**What is expected**.
In the records below, find the line holding "#60=LINE('',#55,#18);" and the line holding "#95=ORIENTED_EDGE('',*,*,#94,.T.);". Set down both, with every line between them, exactly.

+ + + + +

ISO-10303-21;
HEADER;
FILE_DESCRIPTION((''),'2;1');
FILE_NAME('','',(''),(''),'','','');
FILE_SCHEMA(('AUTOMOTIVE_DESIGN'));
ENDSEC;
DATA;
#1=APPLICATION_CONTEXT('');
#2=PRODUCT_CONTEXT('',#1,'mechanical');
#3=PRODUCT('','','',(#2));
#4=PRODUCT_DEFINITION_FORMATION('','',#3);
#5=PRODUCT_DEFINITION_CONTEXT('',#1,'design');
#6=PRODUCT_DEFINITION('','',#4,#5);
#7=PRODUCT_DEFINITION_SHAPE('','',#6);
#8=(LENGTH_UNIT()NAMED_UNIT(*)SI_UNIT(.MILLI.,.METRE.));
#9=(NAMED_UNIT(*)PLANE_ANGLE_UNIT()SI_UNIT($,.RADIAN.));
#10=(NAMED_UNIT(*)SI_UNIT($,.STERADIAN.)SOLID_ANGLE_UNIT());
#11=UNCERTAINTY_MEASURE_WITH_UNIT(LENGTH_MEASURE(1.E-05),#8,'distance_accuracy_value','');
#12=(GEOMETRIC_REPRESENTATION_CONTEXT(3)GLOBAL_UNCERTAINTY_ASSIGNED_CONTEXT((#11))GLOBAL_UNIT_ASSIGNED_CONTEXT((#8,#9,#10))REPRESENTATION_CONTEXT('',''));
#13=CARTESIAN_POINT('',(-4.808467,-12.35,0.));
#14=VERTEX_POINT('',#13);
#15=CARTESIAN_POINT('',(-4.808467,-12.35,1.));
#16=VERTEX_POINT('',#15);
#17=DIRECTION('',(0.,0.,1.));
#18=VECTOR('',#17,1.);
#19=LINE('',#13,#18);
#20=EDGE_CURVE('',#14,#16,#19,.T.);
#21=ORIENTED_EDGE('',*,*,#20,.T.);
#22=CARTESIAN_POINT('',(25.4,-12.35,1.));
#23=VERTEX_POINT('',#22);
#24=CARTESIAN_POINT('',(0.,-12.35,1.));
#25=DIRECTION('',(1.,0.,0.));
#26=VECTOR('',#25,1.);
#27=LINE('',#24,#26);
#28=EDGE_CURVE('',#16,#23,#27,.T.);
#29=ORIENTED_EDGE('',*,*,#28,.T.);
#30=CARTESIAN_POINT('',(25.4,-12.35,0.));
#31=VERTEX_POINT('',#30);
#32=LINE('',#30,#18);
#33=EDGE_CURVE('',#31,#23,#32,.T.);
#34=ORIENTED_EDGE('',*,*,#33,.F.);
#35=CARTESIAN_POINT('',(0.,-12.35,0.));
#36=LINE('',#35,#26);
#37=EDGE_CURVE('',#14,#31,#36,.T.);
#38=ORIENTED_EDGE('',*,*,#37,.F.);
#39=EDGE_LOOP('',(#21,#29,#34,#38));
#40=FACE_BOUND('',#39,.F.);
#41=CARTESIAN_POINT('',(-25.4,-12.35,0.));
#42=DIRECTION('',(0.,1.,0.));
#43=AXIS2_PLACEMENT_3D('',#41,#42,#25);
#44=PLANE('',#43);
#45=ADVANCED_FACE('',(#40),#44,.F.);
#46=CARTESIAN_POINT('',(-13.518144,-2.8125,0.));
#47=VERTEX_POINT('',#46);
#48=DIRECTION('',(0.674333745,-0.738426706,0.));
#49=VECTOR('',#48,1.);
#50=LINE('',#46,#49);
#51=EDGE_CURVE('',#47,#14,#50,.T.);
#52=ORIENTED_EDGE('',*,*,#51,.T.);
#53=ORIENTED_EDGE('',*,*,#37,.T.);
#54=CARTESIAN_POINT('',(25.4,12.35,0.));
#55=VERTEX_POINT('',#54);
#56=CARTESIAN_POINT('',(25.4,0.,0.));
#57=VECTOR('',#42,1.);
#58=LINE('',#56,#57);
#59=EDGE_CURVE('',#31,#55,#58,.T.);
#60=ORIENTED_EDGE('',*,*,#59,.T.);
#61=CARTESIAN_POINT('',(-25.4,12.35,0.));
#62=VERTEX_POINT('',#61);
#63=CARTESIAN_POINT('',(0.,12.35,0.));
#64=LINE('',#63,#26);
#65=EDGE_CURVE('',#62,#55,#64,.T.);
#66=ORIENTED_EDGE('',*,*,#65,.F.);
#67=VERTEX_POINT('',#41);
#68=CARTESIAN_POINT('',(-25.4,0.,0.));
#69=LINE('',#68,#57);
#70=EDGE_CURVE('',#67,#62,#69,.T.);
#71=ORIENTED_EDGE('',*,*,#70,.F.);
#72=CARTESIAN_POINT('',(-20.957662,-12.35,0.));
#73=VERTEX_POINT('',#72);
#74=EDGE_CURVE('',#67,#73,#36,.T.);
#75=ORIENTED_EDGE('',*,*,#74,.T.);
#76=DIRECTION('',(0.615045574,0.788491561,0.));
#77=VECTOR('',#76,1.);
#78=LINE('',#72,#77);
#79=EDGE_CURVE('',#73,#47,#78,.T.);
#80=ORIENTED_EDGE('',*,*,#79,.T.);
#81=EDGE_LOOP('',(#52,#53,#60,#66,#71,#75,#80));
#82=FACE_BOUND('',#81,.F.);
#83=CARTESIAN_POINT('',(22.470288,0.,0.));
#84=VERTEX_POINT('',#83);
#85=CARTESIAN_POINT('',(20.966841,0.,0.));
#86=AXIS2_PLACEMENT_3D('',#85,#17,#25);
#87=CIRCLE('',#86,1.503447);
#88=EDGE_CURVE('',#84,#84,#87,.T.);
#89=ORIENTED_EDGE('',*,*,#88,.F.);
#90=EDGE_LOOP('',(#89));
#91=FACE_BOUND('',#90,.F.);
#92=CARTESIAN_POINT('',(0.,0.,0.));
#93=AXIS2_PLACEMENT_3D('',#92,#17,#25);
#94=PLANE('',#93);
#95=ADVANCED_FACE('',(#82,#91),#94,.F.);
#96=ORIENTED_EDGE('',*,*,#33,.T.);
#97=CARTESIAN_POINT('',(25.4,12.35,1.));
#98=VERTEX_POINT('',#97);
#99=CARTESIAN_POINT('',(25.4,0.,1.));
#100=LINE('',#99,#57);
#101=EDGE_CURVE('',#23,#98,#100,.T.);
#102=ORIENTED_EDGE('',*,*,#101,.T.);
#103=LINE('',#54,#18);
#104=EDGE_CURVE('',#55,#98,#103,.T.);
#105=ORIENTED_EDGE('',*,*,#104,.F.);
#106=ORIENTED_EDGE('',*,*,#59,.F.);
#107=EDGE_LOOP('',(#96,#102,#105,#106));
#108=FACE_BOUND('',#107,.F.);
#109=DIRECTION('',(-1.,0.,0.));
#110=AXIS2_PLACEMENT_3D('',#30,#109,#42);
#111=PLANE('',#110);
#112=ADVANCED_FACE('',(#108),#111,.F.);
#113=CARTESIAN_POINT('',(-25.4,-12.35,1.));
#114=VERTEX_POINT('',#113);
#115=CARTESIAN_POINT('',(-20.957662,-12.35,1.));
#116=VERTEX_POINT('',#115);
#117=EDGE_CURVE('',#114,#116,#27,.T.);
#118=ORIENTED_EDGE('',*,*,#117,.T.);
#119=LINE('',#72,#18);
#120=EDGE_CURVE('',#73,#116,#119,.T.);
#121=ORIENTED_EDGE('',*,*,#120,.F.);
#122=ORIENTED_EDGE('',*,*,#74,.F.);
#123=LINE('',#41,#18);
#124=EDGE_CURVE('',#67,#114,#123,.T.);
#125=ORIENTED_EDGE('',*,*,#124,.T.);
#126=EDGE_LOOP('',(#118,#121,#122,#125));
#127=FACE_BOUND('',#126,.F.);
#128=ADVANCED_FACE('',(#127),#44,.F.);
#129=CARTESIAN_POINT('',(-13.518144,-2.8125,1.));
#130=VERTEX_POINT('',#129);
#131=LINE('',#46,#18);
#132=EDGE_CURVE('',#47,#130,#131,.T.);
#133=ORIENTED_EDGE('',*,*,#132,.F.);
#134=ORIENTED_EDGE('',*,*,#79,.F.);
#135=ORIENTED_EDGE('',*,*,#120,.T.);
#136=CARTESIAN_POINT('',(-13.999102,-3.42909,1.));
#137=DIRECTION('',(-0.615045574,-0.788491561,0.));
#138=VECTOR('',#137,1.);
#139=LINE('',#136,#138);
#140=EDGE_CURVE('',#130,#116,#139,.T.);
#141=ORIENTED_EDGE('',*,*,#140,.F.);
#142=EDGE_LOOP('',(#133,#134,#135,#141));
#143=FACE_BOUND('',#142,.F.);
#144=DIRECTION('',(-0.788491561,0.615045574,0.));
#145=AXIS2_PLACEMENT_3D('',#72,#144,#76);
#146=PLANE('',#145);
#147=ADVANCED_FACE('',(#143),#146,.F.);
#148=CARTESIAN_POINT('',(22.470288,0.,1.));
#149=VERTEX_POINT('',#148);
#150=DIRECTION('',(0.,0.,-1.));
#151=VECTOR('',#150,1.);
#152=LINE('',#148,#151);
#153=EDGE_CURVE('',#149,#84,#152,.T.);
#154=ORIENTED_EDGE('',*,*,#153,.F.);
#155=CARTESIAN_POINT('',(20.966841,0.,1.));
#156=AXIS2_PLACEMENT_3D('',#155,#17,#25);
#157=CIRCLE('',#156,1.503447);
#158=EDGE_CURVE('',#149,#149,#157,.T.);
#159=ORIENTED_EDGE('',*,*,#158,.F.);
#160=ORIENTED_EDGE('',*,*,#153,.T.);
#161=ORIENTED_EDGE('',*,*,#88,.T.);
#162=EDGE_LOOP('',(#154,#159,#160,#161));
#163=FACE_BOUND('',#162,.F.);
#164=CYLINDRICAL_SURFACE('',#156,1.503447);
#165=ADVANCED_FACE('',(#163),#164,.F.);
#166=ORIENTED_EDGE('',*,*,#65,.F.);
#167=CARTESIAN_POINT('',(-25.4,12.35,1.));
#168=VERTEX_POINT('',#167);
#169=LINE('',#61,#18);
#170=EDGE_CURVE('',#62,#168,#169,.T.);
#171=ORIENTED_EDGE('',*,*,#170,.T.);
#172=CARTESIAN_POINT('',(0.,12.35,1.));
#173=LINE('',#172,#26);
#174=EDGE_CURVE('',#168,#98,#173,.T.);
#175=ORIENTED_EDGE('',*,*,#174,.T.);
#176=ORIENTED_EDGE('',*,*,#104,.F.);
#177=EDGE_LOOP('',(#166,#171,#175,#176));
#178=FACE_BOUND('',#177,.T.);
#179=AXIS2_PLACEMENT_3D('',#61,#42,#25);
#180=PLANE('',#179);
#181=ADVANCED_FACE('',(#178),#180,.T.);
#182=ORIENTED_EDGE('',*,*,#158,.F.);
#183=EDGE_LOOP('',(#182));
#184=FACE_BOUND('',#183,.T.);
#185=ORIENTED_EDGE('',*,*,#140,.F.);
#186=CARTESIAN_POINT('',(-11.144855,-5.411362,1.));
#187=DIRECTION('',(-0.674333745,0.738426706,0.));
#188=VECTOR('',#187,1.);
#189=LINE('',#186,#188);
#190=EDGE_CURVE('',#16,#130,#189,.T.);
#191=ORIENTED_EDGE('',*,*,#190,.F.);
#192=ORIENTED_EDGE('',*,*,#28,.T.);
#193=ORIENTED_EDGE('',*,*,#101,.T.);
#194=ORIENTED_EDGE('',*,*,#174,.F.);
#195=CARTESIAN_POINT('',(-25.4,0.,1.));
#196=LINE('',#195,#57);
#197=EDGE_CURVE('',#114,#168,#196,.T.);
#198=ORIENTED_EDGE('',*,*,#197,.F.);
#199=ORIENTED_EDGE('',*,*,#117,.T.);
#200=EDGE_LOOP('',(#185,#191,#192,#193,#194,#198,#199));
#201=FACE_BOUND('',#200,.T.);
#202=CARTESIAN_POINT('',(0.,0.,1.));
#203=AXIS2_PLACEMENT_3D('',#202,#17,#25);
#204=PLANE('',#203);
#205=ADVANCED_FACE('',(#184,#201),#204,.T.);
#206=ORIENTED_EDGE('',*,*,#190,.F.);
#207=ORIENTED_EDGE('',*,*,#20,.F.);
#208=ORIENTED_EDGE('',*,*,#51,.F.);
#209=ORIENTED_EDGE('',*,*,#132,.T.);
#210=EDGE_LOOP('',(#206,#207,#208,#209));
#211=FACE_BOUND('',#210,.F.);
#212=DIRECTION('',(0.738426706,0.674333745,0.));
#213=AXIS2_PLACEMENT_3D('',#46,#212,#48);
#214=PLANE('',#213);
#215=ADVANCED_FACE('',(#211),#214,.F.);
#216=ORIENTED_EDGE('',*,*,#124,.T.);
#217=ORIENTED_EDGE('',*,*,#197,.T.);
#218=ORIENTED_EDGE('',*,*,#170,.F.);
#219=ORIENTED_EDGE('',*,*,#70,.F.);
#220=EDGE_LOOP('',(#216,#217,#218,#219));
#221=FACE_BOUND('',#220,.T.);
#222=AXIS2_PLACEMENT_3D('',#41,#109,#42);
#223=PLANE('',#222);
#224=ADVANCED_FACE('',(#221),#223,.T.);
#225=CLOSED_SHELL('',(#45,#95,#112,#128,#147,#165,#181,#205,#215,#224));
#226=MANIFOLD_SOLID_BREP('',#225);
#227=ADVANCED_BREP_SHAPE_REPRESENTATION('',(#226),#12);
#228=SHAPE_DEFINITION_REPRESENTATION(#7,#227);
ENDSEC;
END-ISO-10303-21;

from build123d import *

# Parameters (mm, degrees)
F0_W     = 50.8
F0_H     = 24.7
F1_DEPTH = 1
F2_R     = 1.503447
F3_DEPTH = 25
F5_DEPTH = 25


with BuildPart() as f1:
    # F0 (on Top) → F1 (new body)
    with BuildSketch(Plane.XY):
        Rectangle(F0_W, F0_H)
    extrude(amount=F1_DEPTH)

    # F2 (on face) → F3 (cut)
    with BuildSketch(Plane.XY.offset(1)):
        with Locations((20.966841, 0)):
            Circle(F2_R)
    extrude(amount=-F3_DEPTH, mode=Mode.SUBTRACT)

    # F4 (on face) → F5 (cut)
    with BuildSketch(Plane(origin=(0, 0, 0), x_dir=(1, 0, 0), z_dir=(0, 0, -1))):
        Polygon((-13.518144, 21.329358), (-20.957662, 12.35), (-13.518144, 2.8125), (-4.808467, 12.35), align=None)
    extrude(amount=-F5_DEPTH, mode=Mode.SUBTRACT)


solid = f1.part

+ + + + +

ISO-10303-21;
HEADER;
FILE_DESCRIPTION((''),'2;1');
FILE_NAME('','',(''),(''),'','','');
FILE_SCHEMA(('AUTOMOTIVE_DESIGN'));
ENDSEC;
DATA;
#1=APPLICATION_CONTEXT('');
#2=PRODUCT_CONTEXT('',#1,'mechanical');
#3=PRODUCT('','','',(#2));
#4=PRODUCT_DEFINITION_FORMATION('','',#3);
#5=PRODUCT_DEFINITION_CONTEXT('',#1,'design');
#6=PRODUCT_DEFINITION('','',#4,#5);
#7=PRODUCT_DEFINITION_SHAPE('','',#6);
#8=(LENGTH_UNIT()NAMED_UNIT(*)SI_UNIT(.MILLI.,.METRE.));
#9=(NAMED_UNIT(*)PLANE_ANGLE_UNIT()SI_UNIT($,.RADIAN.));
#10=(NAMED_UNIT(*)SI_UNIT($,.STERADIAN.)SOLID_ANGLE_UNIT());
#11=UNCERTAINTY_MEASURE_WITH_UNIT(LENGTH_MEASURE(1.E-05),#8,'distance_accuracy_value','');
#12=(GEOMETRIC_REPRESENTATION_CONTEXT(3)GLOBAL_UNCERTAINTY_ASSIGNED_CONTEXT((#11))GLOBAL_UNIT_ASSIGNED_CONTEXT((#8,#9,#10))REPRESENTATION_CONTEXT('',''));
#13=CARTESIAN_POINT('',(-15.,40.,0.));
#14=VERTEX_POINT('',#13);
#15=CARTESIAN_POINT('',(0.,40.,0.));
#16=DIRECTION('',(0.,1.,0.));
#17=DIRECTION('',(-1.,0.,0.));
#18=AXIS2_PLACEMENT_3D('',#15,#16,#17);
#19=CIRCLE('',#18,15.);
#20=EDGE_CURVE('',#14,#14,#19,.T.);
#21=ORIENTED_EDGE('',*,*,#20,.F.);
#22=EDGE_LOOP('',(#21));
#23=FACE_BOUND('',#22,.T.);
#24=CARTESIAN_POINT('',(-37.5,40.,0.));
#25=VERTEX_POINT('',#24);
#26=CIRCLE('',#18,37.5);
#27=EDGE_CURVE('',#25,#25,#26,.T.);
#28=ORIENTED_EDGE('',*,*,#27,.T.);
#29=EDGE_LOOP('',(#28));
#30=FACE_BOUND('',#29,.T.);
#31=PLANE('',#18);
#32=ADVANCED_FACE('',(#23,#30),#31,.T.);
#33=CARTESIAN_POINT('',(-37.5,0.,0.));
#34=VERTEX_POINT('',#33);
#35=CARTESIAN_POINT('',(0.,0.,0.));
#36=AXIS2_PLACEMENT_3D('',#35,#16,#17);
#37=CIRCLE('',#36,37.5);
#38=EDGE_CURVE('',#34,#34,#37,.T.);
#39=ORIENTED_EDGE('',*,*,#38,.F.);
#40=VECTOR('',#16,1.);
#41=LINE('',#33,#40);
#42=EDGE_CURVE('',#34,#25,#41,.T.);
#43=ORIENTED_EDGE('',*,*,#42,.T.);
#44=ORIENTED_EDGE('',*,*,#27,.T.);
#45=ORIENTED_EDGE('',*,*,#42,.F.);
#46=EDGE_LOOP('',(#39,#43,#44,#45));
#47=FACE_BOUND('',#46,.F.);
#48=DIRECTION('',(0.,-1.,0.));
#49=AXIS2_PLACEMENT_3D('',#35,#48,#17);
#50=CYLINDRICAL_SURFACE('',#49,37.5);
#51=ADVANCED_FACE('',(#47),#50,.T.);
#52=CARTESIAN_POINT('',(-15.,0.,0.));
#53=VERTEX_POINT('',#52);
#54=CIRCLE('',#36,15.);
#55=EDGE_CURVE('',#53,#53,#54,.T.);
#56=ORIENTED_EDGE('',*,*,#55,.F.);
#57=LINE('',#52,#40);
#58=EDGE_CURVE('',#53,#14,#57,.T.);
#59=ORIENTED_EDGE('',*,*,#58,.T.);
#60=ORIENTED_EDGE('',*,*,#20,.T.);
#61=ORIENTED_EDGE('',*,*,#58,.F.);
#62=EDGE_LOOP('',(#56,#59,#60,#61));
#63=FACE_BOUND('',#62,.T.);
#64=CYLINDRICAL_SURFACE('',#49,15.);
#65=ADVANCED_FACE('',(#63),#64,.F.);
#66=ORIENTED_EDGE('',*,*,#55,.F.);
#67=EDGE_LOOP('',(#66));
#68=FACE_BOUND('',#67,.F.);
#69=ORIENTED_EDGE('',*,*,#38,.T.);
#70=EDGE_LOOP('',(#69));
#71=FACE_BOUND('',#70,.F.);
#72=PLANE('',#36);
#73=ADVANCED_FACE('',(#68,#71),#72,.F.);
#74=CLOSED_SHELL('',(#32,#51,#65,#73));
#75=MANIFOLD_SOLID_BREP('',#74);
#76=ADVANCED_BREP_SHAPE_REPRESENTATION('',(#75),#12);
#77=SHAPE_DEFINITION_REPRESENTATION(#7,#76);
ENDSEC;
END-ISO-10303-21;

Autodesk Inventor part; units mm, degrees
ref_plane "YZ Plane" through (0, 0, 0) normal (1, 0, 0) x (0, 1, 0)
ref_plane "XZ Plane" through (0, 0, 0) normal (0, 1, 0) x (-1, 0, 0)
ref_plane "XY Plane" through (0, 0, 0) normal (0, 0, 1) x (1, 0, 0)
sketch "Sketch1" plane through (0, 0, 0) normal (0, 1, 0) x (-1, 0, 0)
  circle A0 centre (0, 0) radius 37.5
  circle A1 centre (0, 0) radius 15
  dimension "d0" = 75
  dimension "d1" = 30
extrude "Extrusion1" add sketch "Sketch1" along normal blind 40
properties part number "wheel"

+ + + + +

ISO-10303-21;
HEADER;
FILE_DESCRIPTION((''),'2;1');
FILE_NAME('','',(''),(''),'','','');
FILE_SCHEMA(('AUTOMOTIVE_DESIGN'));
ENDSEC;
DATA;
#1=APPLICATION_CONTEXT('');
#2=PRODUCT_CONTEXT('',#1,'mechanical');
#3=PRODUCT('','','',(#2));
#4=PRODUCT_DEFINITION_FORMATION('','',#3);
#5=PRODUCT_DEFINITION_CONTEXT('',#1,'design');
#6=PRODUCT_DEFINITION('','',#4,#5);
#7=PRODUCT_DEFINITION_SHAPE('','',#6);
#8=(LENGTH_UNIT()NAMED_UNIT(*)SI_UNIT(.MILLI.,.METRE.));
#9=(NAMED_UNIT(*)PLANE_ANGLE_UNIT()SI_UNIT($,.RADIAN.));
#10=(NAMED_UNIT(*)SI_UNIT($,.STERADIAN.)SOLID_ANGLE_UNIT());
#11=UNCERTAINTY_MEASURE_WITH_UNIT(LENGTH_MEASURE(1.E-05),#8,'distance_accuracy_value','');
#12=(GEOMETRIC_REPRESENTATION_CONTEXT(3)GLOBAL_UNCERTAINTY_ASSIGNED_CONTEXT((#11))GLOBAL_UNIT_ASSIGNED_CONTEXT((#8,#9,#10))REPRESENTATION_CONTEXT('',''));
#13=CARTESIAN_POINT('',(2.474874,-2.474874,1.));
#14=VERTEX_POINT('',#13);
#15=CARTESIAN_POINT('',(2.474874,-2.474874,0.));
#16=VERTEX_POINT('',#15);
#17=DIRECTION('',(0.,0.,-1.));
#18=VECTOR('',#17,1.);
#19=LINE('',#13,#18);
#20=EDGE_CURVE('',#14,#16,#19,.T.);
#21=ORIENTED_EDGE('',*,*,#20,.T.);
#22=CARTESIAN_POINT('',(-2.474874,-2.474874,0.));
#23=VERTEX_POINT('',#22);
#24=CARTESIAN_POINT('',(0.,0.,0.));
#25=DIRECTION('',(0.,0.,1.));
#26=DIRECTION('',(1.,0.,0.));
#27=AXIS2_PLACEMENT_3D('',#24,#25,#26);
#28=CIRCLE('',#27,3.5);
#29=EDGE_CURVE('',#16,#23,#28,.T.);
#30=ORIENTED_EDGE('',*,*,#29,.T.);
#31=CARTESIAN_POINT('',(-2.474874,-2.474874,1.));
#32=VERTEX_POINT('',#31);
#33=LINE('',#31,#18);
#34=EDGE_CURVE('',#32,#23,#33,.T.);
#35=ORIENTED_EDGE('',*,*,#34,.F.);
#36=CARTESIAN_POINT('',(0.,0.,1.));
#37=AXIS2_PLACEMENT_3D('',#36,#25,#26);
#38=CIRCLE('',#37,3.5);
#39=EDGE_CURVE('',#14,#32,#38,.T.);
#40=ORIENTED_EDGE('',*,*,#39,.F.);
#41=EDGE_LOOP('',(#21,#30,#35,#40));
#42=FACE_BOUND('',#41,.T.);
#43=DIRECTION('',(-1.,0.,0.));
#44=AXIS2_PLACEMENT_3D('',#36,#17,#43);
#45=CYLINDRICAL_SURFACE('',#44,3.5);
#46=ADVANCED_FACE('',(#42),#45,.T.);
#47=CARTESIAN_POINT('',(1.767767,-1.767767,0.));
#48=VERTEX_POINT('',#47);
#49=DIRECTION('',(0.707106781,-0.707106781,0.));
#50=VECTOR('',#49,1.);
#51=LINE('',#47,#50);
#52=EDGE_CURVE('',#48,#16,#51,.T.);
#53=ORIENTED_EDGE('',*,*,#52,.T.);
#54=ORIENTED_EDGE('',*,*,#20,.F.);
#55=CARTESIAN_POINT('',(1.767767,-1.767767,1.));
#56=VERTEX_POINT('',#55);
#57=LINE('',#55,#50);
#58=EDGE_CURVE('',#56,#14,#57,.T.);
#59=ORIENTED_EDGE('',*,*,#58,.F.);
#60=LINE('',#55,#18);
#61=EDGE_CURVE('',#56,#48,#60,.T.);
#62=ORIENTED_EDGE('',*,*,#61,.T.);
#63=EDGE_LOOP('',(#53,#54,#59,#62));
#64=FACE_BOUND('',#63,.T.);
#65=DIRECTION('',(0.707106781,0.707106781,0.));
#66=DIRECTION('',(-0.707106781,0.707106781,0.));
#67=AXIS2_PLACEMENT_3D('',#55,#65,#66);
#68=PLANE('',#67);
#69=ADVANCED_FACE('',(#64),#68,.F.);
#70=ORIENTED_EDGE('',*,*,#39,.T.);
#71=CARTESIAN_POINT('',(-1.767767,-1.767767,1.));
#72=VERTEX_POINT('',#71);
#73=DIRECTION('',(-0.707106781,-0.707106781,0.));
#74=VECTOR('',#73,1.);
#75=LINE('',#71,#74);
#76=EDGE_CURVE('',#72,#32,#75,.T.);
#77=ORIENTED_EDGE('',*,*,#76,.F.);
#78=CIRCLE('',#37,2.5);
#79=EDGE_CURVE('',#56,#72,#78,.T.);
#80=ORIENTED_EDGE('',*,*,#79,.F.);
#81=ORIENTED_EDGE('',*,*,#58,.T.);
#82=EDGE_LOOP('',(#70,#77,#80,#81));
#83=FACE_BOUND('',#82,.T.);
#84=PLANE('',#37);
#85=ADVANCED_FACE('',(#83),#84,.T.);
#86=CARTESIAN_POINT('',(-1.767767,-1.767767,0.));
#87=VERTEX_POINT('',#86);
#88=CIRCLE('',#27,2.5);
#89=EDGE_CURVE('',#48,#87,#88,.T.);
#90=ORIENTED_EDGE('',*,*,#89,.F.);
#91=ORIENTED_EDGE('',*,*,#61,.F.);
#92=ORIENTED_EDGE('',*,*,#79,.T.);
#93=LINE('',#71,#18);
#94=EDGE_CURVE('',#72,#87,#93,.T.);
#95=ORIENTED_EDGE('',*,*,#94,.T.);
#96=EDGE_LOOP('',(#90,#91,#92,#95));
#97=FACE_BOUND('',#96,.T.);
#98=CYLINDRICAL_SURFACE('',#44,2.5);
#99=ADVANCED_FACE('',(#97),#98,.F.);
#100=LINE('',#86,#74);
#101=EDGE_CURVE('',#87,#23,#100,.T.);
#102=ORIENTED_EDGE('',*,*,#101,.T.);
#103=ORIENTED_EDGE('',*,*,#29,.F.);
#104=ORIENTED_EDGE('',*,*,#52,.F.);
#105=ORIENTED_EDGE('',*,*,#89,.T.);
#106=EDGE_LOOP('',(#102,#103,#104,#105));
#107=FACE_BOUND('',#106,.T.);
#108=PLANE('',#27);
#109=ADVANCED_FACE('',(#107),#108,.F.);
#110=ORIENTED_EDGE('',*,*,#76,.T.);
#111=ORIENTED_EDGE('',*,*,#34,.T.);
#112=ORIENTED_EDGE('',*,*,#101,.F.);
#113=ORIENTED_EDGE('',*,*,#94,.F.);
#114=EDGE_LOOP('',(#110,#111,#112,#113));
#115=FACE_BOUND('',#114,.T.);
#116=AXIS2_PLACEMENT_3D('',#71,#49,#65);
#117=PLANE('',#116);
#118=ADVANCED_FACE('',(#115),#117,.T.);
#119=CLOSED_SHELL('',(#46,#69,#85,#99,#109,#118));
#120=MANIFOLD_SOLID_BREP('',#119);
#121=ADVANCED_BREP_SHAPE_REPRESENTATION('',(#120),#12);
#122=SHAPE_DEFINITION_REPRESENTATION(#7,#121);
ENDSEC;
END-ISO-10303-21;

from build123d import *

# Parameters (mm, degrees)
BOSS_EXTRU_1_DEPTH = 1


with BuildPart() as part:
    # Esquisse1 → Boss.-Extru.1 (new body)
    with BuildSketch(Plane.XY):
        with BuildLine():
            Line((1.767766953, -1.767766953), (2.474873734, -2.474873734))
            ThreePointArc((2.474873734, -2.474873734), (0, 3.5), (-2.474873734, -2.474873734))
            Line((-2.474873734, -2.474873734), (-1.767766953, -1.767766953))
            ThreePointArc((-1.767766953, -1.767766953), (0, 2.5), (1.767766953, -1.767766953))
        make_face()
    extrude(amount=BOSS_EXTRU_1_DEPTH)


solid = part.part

+ + + + +

**Result for this task**.
#60=LINE('',#55,#18);
#61=EDGE_CURVE('',#56,#48,#60,.T.);
#62=ORIENTED_EDGE('',*,*,#61,.T.);
#63=EDGE_LOOP('',(#53,#54,#59,#62));
#64=FACE_BOUND('',#63,.T.);
#65=DIRECTION('',(0.707106781,0.707106781,0.));
#66=DIRECTION('',(-0.707106781,0.707106781,0.));
#67=AXIS2_PLACEMENT_3D('',#55,#65,#66);
#68=PLANE('',#67);
#69=ADVANCED_FACE('',(#64),#68,.F.);
#70=ORIENTED_EDGE('',*,*,#39,.T.);
#71=CARTESIAN_POINT('',(-1.767767,-1.767767,1.));
#72=VERTEX_POINT('',#71);
#73=DIRECTION('',(-0.707106781,-0.707106781,0.));
#74=VECTOR('',#73,1.);
#75=LINE('',#71,#74);
#76=EDGE_CURVE('',#72,#32,#75,.T.);
#77=ORIENTED_EDGE('',*,*,#76,.F.);
#78=CIRCLE('',#37,2.5);
#79=EDGE_CURVE('',#56,#72,#78,.T.);
#80=ORIENTED_EDGE('',*,*,#79,.F.);
#81=ORIENTED_EDGE('',*,*,#58,.T.);
#82=EDGE_LOOP('',(#70,#77,#80,#81));
#83=FACE_BOUND('',#82,.T.);
#84=PLANE('',#37);
#85=ADVANCED_FACE('',(#83),#84,.T.);
#86=CARTESIAN_POINT('',(-1.767767,-1.767767,0.));
#87=VERTEX_POINT('',#86);
#88=CIRCLE('',#27,2.5);
#89=EDGE_CURVE('',#48,#87,#88,.T.);
#90=ORIENTED_EDGE('',*,*,#89,.F.);
#91=ORIENTED_EDGE('',*,*,#61,.F.);
#92=ORIENTED_EDGE('',*,*,#79,.T.);
#93=LINE('',#71,#18);
#94=EDGE_CURVE('',#72,#87,#93,.T.);
#95=ORIENTED_EDGE('',*,*,#94,.T.);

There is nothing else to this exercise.